A business loan plays an important role in shaping your dream business. It can be used for several purposes such as the expansion of business, purchasing inventory or providing fresh working capital for your business. However, getting a business loan is not an easy task – you require a well chalked out plan along with a good credit history. Hence, to make it easier for you to get your business loan approved, we have listed a few tips that you should keep in mind before applying for the same.
1. Prepare a good business plan: You need a good business plan before applying for a business loan with your lender. Your business plan should clearly show your revenue generation plan, marketing strategies and your project’s objective. Make sure you have a clear roadmap as this will help the lenders to judge the business’ feasibility and repayment capacity. Your plan should also have copies of financial statements and the data on cash flow projections.
2. Check your creditworthiness: Before agreeing to give a business loan to you, the lenders check personal as well as your company’s credit history. A high credit score increases your chances of getting a business loan, while a low credit score can reduce your loan approval chances. Hence, evaluate both your and your company’s credit report to ensure that your loan application isn’t rejected.
3. Do your research thoroughly: It is one of the most important things to do before applying for a business loan. You should do research on all the lenders available. You can compare business loan interest rates, processing fee, preclosure charges, etc through fintech lenders and apply for the one meeting all your requirements.
4. Proper documentation: Before applying for a business loan, it’s important to keep all the documents in hand as a lack of proper documentation can lead to outright rejection of your business loan application. The important documents required by lenders include business entity’s proof, income tax returns of the last few years, audit reports, KYC documents, bank statements, etc.

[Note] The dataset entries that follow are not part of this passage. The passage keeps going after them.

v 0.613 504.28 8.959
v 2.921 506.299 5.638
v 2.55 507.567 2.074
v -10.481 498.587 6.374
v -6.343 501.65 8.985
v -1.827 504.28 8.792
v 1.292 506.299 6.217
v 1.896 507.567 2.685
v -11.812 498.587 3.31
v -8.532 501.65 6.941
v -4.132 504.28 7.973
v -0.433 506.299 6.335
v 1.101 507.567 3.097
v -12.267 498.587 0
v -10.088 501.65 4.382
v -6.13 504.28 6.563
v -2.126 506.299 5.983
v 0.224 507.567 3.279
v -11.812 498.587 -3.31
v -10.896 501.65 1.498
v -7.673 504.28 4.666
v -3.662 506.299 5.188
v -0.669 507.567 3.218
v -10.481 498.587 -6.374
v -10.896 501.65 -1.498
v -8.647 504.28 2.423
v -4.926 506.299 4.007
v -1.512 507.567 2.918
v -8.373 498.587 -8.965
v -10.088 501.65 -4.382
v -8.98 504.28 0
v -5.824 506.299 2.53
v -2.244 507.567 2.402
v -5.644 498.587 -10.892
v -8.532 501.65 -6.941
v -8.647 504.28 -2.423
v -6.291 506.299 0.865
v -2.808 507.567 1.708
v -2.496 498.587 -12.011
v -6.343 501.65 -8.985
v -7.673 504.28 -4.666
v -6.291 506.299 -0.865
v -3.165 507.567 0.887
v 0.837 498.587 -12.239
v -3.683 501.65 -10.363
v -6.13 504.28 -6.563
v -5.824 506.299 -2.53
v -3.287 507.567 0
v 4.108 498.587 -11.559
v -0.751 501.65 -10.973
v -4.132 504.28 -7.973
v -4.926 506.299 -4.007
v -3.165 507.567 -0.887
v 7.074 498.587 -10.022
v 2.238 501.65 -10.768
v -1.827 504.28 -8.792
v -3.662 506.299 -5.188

5. Check your cash flows: Assess your cash flow projections before applying for a business loan. If you have a strong history of high revenue generation, the chances of getting the loan approved are also higher. But, if you have a weak history, you may be charged a higher interest or your loan application might get rejected. Hence, cross-check your cash flow statements and projections to ensure that you would be able to pay your dues on time along with the interest chargeable.
6. Know which type of loan you will need: Before applying for a business loan, it is better to understand the type of loan that works best for you. You should be aware of all the details of various loan categories – in terms of tenure, interest rates and documents required to procure them. Banks and digital lenders often categorize their loan products for the ease of disbursement and management. You can consult the lender to borrow profitably.
So, if you are planning to take a business loan, ensure that you have a good business plan and solid revenue model for the same. Also, make sure you have all the required documents along with a good credit history for easy approval of the loan.